I have the Nano 1.0. Bought it during the kickstarter for it. Overall I'm happy with it. Had a bit of falling out with it and the love affair was interrupted, but we're back on track now. Had some issues with take up and couldn't spin anything more than half a bobbin and it wouldn't take in the single. Took off all my noise dampening felt washers I had put where the bearings ride - that was sucking too much out of the little thing, so now it clacks and clatters, but at least I can spin and ply with it now. Its not all that noisy, I just really liked having it whisper quiet so I could spin while my husband napped on the couch and I could watch/listen to tv. I still can, but it may disturb his highness as he watches tv through his eyelids. :sm16: :sm09: I mostly have been spinning thin yarns with it, so will have to try some heavier weight yarn again. It did bog down a bit with the heavier yarn as the bobbin was close to full. If you don't spin all that often and can find a used one relatively cheap (if someone is selling their 1.0 or even the upgraded motor 1.1 when they get their new 6.0), I would buy it, especially if you have another wheel you can ply on. I find the little bobbins don't hold much for finished yarn, so usually I've been plying on another wheel. I like to have a larger continuous ball of yarn and don't like piecing together a bunch of smaller skeins.


----------



## Maureen Therese (Dec 31, 2014)

Thanks Cat woman. I have looked at these for a while. I watched a girl doing some beautiful spinning on one at a craft fair. I'm not sure if hers was the original, or one of the later models. The new one seems very large in comparison and the price has shot up too. I will go back on line and check out some of the previous models. Thanks again.


----------



## AKRaven (Mar 2, 2013)

I bought the original with the kick starter. It had been sitting on the shelf for close to a year due to frustration. I did all the hacks to help her perform better, and they did. However, I think I got a lemon motor, because it would overheat severely after about five minutes spinning, so I would have to stop and wait for it to cool down. I only recently ordered the new, slightly larger, motor because I was able to order one for each of five of us here in town who have Nanos… otherwise postage would’ve been as much as the motor and I found that annoying. Anyway, all who have the Nano wanted the larger motor, but nobody else had the overheating issue that I had.

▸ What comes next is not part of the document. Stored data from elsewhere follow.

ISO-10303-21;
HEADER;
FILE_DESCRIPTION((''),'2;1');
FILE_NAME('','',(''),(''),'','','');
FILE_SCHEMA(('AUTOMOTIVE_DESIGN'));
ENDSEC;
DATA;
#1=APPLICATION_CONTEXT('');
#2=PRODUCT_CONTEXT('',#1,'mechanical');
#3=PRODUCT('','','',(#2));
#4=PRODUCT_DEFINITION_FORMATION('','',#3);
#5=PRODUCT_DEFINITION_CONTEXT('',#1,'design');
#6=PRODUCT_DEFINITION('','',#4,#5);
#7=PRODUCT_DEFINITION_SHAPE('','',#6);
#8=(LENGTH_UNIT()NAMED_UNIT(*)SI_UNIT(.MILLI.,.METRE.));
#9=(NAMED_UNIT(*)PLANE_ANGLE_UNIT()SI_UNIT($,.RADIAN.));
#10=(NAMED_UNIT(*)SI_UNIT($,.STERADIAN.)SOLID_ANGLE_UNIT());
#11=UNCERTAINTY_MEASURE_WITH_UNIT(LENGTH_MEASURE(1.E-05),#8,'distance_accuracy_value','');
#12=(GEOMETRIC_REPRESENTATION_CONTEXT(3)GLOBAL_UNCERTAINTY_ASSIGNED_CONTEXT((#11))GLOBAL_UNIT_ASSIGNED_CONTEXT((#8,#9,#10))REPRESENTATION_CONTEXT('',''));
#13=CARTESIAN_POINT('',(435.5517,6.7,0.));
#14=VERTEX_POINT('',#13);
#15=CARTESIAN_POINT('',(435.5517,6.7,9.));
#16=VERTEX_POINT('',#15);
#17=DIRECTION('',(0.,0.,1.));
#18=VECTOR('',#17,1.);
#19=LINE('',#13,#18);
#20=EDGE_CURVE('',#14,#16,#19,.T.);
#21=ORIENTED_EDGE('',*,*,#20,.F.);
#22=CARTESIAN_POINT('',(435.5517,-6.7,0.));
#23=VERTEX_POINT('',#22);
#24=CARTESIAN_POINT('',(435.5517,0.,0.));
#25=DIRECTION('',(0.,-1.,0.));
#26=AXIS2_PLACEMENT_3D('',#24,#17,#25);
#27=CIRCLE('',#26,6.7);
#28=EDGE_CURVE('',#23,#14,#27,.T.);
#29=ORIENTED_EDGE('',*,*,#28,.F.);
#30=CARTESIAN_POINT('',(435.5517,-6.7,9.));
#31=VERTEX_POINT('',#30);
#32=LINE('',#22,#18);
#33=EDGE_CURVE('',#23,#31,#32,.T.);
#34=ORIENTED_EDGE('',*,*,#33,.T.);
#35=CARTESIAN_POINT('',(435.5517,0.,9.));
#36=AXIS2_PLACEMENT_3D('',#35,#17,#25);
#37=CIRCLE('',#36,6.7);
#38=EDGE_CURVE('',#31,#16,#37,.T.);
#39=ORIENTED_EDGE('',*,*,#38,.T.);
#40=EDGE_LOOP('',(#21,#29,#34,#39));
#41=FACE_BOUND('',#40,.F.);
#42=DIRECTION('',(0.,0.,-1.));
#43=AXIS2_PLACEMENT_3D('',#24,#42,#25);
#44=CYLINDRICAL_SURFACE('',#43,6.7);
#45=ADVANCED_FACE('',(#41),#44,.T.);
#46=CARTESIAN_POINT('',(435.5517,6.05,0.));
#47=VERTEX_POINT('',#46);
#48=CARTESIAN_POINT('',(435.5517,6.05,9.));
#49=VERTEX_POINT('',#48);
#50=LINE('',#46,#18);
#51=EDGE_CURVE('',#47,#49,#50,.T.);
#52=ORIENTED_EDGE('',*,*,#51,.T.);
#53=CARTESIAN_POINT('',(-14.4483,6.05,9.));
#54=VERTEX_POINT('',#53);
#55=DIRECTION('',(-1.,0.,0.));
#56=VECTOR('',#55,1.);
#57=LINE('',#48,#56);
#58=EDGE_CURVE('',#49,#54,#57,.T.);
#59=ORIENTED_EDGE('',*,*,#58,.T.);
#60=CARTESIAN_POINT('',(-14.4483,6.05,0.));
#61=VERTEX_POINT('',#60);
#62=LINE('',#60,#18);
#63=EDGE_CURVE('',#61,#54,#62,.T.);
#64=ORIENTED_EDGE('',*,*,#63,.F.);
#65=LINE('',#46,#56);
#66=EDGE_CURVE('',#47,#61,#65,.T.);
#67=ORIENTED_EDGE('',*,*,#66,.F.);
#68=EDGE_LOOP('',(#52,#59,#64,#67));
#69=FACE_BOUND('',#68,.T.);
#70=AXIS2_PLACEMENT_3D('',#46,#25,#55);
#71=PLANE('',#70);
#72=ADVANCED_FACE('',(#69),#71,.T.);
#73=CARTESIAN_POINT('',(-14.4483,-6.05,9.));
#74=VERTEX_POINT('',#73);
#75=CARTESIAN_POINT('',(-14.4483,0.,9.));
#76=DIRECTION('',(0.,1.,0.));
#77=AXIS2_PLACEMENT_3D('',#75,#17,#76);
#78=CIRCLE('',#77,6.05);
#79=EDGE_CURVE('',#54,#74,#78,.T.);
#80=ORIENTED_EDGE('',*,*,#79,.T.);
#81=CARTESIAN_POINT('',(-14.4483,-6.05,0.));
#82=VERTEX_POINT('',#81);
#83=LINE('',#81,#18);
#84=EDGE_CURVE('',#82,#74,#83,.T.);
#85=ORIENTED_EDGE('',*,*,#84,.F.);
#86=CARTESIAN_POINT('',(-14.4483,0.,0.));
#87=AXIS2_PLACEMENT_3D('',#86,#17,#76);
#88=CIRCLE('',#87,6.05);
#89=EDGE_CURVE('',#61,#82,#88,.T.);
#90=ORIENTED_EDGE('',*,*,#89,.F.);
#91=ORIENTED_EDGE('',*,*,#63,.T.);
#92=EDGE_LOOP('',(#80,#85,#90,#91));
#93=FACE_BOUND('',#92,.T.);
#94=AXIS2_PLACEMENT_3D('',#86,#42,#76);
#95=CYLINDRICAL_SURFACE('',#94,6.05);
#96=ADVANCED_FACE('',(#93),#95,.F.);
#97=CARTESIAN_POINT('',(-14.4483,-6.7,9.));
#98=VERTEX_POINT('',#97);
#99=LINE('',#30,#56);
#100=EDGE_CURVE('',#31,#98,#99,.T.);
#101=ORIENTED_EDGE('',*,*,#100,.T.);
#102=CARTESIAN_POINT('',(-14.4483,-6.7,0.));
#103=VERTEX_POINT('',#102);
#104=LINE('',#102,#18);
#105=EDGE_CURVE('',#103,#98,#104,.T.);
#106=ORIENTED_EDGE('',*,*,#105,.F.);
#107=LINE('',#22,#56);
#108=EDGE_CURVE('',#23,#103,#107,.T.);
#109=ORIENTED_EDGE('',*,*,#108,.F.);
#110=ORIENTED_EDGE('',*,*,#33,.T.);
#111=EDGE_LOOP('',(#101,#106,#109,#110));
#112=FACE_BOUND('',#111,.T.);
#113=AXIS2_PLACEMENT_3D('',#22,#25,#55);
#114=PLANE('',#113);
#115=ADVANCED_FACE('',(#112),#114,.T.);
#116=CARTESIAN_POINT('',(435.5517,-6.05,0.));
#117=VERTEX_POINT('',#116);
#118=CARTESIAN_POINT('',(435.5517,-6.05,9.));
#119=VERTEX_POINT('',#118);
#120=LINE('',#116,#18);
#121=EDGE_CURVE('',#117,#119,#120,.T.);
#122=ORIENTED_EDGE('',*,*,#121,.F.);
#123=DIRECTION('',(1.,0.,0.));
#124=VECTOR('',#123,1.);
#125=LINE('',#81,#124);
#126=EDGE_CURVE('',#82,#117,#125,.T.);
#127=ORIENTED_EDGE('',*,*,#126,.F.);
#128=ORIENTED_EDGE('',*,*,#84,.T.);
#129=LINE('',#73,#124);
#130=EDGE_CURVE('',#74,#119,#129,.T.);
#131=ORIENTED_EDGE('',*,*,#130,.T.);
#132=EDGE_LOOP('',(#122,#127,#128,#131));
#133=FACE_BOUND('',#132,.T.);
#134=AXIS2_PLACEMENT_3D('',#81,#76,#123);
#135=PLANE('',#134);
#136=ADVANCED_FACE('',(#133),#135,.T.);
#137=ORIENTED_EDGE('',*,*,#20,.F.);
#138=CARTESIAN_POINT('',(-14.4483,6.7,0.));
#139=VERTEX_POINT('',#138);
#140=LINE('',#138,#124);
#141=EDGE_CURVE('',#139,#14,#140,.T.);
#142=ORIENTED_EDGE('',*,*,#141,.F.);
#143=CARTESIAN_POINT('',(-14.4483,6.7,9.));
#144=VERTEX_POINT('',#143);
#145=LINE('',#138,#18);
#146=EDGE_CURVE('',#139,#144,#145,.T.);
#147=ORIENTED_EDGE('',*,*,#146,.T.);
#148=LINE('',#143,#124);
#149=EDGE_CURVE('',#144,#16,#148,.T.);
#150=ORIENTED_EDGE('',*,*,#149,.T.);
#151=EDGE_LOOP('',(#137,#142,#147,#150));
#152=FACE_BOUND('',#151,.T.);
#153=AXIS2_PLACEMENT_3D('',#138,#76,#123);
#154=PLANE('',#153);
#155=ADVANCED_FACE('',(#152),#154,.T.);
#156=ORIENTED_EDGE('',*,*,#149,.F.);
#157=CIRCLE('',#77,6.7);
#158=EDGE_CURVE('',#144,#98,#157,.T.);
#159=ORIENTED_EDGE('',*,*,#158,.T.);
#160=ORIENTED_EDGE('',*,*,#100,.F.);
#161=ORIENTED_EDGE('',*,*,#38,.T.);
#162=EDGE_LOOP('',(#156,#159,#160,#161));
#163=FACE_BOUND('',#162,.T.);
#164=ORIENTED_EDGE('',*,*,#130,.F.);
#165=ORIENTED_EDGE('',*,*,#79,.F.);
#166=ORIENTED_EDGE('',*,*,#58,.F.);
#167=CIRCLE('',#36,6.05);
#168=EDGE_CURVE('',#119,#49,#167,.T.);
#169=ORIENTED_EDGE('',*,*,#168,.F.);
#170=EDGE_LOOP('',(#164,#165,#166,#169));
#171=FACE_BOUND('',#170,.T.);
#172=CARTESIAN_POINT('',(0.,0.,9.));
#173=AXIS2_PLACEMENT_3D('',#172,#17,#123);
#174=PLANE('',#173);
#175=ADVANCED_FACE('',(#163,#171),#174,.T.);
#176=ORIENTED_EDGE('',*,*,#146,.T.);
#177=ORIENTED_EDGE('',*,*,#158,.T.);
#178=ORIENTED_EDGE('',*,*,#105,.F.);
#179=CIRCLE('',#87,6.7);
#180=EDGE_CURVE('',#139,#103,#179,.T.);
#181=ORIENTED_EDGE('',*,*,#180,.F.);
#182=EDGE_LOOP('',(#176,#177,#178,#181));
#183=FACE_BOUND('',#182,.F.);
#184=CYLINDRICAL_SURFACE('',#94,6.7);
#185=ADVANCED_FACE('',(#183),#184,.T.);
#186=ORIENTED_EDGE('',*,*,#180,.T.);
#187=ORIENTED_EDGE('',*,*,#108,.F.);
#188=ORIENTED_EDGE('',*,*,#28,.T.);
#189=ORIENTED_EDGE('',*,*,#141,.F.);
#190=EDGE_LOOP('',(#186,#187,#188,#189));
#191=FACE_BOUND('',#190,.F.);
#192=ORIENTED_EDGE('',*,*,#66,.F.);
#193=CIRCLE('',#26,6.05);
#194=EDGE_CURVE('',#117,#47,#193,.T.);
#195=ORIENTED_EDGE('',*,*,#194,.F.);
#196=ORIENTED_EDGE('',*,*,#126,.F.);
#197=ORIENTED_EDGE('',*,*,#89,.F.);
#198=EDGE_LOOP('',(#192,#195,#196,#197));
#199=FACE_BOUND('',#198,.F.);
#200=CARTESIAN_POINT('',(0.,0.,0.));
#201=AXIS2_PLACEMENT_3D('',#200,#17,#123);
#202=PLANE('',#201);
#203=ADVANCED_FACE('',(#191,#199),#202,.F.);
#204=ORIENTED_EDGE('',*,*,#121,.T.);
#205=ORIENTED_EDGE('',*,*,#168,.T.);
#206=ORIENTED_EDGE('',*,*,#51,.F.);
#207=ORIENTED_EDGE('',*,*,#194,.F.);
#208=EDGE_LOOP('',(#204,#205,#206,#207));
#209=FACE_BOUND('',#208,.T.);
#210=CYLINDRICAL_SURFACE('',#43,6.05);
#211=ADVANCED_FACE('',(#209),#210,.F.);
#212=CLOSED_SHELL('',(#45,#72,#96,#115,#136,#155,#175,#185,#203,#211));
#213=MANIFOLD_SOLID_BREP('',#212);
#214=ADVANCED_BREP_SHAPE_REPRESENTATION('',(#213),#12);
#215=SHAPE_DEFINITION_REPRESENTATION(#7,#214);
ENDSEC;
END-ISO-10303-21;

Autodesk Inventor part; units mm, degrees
ref_plane "YZ Plane" through (0, 0, 0) normal (1, 0, 0) x (0, 1, 0)
ref_plane "XZ Plane" through (0, 0, 0) normal (0, 1, 0) x (-1, 0, 0)
ref_plane "XY Plane" through (0, 0, 0) normal (0, 0, 1) x (1, 0, 0)
sketch "Szkic1" plane through (0, 0, 0) normal (0, 0, 1) x (1, 0, 0)
  line L0 (-14.4483, 0) -> (435.5517, 0) construction
  line L1 (-14.4483, -6.05) -> (435.5517, -6.05)
  line L2 (435.5517, 6.05) -> (-14.4483, 6.05)
  arc A0 (-14.4483, 6.05) -> (-14.4483, -6.05) centre (-14.4483, 0) ccw
  arc A1 (435.5517, -6.05) -> (435.5517, 6.05) centre (435.5517, 0) ccw
  line L3 (-14.4483, 6.7) -> (435.5517, 6.7)
  arc A2 (435.5517, -6.7) -> (435.5517, 6.7) centre (435.5517, 0) ccw
  line L4 (435.5517, -6.7) -> (-14.4483, -6.7)
  arc A3 (-14.4483, 6.7) -> (-14.4483, -6.7) centre (-14.4483, 0) ccw
  point P0 (0, 0)
  point P1 (210.5517, 0)
  dimension "d0" = 450
  dimension "d1" = 12.1
  dimension "d2" = 0.65
extrude "Wyciągnięcie proste1" add sketch "Szkic1" along normal blind 9
properties part number "COTS_GENERIC_X_Axis_GT2_Timing_Belt"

I still find the tension fiddly, the bobbins small (I ordered several), the power rather limited, and the overall spinning just satisfactory. All five of us prefer our other spinning wheel options...but it is probably not fair to compare. It is tiny and very portable. I am thinking about getting a battery pack so I can take the Nano camping as it is just about the right size for that!


----------



## Maureen Therese (Dec 31, 2014)

AKRaven said:


> I bought the original with the kick starter. It had been sitting on the shelf for close to a year due to frustration.
> 
> I have noticed that the motor sizes have been increased as they went along. Thank you for telling me of your experience. As I am in Australia, postage is certainly a big 'added extra' onto the original product price.


----------



## AKRaven (Mar 2, 2013)

Maureen Therese said:


> AKRaven said:
> 
> 
> > I bought the original with the kick starter. It had been sitting on the shelf for close to a year due to frustration.
> ...


----------



## cat_woman (Sep 21, 2014)

If you know someone who knows anything about electronics, you can get another motor off Amazon very easily and without the outrageous shipping cost that Dreaming Robots is charging. It needs either a motor with more torque so it doesn't lose power under load, or can spin faster so you can increase the speed as it slows down as the bobbin fills. I was looking into it when I was having issues with mine, but I'm going to wait until my motor gives up the ghost.


----------



## cat_woman (Sep 21, 2014)

This is the finished yarn. It's been soaked, dyed, and wound into a cake. It ended up at 642m of fingering weight from the one 200g ball of super chunky roving yarn.










Since it's 90% acrylic, I used some leftover Rit Dyemore dyes to dye it. I'm not sure what I'll do with it yet, but it will probably end up as a shawl and some light gloves for driving.

If anyone is interested in trying out this particular roving, this is what the package looks like. It's from Dollarama. I'm not sure if it is available everywhere, but I have seen it almost every Dollarama I've been to in Calgary and Airdrie.


----------



## raedean (Apr 25, 2011)

lovely spinning cat_woman!! very very nice.


----------